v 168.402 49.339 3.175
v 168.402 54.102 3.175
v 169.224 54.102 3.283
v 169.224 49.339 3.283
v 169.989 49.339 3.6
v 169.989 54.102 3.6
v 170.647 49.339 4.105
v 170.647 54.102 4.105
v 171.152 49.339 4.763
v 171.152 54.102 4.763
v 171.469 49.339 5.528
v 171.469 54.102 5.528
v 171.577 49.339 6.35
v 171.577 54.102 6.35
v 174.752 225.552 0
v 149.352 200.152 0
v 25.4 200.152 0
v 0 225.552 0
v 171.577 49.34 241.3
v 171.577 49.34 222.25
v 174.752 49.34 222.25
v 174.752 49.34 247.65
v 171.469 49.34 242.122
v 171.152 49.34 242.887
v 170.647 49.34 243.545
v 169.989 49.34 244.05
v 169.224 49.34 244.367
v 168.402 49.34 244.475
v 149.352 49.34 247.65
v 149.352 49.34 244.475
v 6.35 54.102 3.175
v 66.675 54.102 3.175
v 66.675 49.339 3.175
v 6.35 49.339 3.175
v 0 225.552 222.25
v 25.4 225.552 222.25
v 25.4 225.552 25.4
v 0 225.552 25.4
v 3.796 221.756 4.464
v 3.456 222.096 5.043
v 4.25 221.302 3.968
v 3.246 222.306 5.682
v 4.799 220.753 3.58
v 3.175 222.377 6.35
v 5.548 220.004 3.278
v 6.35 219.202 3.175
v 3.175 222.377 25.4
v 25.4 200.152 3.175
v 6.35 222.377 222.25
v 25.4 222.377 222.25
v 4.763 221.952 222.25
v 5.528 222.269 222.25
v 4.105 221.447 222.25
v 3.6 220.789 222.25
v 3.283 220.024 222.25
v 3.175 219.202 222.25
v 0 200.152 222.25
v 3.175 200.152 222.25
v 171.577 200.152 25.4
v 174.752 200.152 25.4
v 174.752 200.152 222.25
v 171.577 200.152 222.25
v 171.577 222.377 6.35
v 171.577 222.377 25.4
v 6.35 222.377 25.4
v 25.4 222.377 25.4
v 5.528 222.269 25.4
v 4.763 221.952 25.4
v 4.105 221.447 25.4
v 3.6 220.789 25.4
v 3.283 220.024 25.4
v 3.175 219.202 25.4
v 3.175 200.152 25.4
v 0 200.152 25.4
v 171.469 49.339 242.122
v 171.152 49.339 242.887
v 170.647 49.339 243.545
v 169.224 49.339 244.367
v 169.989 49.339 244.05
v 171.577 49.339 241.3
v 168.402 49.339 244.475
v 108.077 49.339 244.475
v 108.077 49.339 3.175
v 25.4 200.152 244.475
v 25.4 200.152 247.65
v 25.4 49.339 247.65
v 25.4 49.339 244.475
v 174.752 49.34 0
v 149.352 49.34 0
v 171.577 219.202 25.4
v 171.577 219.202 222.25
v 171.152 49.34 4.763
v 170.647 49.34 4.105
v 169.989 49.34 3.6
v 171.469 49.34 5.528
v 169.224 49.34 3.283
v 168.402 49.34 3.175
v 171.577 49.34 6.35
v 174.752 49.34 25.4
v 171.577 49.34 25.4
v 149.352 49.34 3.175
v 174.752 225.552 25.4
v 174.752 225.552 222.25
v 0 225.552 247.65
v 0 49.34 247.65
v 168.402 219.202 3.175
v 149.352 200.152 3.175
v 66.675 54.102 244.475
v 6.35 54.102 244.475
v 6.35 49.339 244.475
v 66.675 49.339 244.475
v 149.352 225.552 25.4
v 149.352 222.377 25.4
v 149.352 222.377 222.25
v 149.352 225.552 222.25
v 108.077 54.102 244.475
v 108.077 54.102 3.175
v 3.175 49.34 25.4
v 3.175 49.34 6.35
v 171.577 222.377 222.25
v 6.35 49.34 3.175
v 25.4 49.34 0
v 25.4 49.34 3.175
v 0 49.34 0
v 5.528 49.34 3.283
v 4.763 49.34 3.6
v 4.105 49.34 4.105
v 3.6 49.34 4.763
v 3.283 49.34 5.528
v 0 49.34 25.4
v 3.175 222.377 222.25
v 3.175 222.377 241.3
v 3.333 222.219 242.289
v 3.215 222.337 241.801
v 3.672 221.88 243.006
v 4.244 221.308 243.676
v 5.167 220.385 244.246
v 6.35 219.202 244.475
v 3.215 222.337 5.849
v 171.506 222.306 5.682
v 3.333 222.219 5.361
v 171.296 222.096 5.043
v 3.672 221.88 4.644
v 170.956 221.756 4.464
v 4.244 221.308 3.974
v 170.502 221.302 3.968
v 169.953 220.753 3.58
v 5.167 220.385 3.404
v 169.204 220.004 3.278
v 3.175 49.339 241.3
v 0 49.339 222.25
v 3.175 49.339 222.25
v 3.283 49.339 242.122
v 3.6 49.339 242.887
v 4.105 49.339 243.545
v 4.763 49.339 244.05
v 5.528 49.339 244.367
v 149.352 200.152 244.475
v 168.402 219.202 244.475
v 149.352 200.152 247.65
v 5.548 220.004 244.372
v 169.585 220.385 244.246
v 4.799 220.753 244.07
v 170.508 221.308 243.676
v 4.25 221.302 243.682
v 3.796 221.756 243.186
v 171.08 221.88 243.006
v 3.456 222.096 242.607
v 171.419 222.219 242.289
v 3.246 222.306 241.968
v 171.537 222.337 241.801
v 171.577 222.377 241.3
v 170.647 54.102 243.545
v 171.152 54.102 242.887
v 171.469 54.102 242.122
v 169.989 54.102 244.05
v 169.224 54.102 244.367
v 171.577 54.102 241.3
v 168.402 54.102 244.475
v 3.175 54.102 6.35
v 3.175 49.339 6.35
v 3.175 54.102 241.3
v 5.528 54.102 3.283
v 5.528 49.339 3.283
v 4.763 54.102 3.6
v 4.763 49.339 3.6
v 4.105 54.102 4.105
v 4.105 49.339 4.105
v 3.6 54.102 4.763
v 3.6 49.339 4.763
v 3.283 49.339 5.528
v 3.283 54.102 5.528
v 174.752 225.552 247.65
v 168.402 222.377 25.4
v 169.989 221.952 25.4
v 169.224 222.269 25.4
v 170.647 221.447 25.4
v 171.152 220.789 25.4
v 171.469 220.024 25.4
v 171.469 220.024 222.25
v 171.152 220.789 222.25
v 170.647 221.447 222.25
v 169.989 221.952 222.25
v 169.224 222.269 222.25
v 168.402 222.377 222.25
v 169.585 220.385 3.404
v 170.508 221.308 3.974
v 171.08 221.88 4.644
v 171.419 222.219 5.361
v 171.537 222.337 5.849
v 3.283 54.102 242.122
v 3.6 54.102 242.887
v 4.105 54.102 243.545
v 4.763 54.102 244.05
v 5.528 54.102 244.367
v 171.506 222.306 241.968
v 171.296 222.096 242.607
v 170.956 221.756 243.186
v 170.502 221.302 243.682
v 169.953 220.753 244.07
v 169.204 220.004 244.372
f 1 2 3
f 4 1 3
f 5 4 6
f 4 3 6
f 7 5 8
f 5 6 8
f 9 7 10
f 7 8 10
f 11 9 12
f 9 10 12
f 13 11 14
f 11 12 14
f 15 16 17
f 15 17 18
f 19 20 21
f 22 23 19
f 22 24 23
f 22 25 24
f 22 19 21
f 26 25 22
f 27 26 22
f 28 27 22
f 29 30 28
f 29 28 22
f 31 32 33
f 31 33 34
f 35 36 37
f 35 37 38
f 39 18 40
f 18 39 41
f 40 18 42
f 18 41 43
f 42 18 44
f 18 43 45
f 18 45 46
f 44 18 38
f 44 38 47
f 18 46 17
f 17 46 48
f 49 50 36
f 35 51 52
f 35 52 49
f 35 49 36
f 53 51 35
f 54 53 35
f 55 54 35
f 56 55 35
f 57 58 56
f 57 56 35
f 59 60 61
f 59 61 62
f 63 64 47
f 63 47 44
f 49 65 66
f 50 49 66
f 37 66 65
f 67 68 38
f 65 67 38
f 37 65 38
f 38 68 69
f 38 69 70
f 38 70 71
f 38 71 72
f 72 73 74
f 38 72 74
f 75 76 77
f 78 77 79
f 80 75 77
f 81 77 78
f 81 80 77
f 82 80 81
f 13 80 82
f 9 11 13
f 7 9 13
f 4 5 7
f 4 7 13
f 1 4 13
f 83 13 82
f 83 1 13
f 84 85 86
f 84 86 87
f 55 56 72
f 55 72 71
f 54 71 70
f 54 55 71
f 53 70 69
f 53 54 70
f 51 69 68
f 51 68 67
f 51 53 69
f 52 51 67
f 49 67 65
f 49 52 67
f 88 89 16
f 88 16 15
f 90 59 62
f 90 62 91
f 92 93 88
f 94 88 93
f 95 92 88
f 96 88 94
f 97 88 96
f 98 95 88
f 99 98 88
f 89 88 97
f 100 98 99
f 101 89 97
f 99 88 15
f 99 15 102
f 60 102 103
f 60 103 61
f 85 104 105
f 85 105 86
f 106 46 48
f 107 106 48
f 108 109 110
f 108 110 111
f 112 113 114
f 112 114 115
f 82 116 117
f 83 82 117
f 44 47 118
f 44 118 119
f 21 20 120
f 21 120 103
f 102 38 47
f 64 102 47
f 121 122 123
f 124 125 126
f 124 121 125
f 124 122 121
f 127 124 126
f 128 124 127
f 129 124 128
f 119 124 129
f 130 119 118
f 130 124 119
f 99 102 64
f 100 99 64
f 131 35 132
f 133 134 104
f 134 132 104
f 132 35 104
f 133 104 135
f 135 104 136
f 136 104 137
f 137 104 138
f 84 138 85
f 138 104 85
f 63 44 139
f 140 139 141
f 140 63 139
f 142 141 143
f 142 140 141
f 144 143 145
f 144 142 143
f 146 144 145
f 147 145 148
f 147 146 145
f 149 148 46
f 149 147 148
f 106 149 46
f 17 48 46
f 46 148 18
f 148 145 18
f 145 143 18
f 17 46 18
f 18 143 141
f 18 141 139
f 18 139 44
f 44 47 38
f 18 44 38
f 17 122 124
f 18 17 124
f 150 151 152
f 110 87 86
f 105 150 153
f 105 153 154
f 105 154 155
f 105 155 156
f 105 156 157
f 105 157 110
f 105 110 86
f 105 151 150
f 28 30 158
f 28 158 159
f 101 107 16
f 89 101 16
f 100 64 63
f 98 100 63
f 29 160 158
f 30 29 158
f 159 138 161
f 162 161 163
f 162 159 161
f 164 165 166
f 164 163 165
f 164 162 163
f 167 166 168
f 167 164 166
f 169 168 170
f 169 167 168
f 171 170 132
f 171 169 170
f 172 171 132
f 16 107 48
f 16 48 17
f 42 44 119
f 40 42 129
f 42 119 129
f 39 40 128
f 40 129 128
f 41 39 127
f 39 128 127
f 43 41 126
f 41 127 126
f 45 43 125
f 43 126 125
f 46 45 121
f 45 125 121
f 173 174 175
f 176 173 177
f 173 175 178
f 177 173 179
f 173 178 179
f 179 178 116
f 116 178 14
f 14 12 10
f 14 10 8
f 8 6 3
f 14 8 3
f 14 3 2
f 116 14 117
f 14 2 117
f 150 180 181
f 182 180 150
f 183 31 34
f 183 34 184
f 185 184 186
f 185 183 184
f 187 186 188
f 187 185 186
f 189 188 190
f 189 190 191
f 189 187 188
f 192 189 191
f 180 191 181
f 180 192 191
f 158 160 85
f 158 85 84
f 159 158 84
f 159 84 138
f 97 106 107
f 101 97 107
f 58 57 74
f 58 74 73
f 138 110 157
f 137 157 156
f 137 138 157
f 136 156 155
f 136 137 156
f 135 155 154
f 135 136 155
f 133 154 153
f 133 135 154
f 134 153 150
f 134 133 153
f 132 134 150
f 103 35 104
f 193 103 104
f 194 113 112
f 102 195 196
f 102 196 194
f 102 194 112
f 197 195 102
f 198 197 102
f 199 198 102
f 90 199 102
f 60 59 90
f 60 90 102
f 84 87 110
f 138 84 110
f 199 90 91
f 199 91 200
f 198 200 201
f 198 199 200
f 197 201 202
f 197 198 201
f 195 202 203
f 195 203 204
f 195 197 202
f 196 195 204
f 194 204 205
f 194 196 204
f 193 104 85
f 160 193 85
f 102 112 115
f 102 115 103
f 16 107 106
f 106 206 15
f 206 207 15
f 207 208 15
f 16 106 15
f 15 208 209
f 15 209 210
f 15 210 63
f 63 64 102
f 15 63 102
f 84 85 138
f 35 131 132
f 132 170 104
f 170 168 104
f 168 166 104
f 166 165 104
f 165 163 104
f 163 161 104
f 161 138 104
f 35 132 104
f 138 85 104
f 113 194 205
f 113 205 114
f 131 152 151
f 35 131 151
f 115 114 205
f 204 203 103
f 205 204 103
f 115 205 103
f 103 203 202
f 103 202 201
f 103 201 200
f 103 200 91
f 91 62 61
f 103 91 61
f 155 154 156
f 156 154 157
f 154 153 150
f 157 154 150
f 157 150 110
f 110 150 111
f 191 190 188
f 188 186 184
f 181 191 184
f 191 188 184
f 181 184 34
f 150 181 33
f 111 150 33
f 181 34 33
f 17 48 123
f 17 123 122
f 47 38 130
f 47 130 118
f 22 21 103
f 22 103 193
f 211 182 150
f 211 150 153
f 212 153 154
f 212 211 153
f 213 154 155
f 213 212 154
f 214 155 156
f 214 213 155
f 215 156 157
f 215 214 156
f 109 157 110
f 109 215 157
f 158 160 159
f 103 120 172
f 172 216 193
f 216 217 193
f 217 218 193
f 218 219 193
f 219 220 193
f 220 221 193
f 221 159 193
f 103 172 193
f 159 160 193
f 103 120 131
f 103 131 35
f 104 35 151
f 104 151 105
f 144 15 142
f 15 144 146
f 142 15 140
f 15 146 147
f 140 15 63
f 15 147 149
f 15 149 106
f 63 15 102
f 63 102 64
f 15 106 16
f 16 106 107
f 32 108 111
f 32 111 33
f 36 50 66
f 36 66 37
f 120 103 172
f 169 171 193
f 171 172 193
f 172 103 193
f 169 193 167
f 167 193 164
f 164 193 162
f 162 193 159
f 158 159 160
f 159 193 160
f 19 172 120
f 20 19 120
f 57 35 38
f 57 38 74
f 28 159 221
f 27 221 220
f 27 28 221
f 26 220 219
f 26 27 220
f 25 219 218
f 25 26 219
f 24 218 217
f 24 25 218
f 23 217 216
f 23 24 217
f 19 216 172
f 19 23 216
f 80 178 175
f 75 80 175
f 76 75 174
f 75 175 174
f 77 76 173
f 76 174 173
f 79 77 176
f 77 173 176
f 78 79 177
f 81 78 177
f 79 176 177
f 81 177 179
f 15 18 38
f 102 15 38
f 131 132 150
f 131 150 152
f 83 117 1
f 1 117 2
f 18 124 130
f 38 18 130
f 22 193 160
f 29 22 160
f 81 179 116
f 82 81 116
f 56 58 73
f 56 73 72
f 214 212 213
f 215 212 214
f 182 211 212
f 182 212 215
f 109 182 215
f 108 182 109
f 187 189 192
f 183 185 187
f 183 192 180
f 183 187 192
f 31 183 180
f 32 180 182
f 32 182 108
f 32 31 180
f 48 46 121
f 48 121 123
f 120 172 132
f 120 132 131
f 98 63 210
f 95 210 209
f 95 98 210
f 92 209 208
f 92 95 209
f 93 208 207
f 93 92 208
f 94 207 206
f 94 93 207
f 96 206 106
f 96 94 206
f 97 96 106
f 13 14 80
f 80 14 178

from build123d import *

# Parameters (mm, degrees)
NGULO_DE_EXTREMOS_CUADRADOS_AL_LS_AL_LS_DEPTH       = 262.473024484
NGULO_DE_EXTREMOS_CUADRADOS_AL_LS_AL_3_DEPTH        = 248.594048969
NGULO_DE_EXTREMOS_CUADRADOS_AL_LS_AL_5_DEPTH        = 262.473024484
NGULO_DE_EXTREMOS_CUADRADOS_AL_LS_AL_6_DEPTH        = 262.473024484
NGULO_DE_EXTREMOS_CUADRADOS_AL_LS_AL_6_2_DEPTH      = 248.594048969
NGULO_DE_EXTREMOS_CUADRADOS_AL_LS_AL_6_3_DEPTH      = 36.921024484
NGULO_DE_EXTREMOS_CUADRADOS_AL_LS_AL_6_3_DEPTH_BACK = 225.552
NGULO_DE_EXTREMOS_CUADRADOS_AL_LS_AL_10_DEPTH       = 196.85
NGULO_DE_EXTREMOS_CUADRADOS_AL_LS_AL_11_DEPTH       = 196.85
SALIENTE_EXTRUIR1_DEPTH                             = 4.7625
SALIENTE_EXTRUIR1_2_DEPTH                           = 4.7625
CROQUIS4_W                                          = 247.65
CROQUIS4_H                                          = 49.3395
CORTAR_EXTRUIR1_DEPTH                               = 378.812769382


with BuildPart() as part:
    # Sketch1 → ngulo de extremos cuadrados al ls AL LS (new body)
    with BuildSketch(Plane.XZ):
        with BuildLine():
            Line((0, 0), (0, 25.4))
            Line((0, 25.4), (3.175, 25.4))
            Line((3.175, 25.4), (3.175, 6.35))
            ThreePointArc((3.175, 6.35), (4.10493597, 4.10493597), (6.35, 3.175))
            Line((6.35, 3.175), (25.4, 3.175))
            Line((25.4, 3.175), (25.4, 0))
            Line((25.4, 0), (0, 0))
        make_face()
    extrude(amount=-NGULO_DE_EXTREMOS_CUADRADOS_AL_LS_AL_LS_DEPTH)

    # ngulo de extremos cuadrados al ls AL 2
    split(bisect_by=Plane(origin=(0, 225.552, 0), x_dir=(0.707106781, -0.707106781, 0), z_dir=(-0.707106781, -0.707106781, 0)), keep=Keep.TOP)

> _Try it_
Retype only this portion of the data above: the line containing "f 30 29 158", the line containing "f 183 31 34", and all lines between them, exactly.

> _Response area_
f 30 29 158
f 159 138 161
f 162 161 163
f 162 159 161
f 164 165 166
f 164 163 165
f 164 162 163
f 167 166 168
f 167 164 166
f 169 168 170
f 169 167 168
f 171 170 132
f 171 169 170
f 172 171 132
f 16 107 48
f 16 48 17
f 42 44 119
f 40 42 129
f 42 119 129
f 39 40 128
f 40 129 128
f 41 39 127
f 39 128 127
f 43 41 126
f 41 127 126
f 45 43 125
f 43 126 125
f 46 45 121
f 45 125 121
f 173 174 175
f 176 173 177
f 173 175 178
f 177 173 179
f 173 178 179
f 179 178 116
f 116 178 14
f 14 12 10
f 14 10 8
f 8 6 3
f 14 8 3
f 14 3 2
f 116 14 117
f 14 2 117
f 150 180 181
f 182 180 150
f 183 31 34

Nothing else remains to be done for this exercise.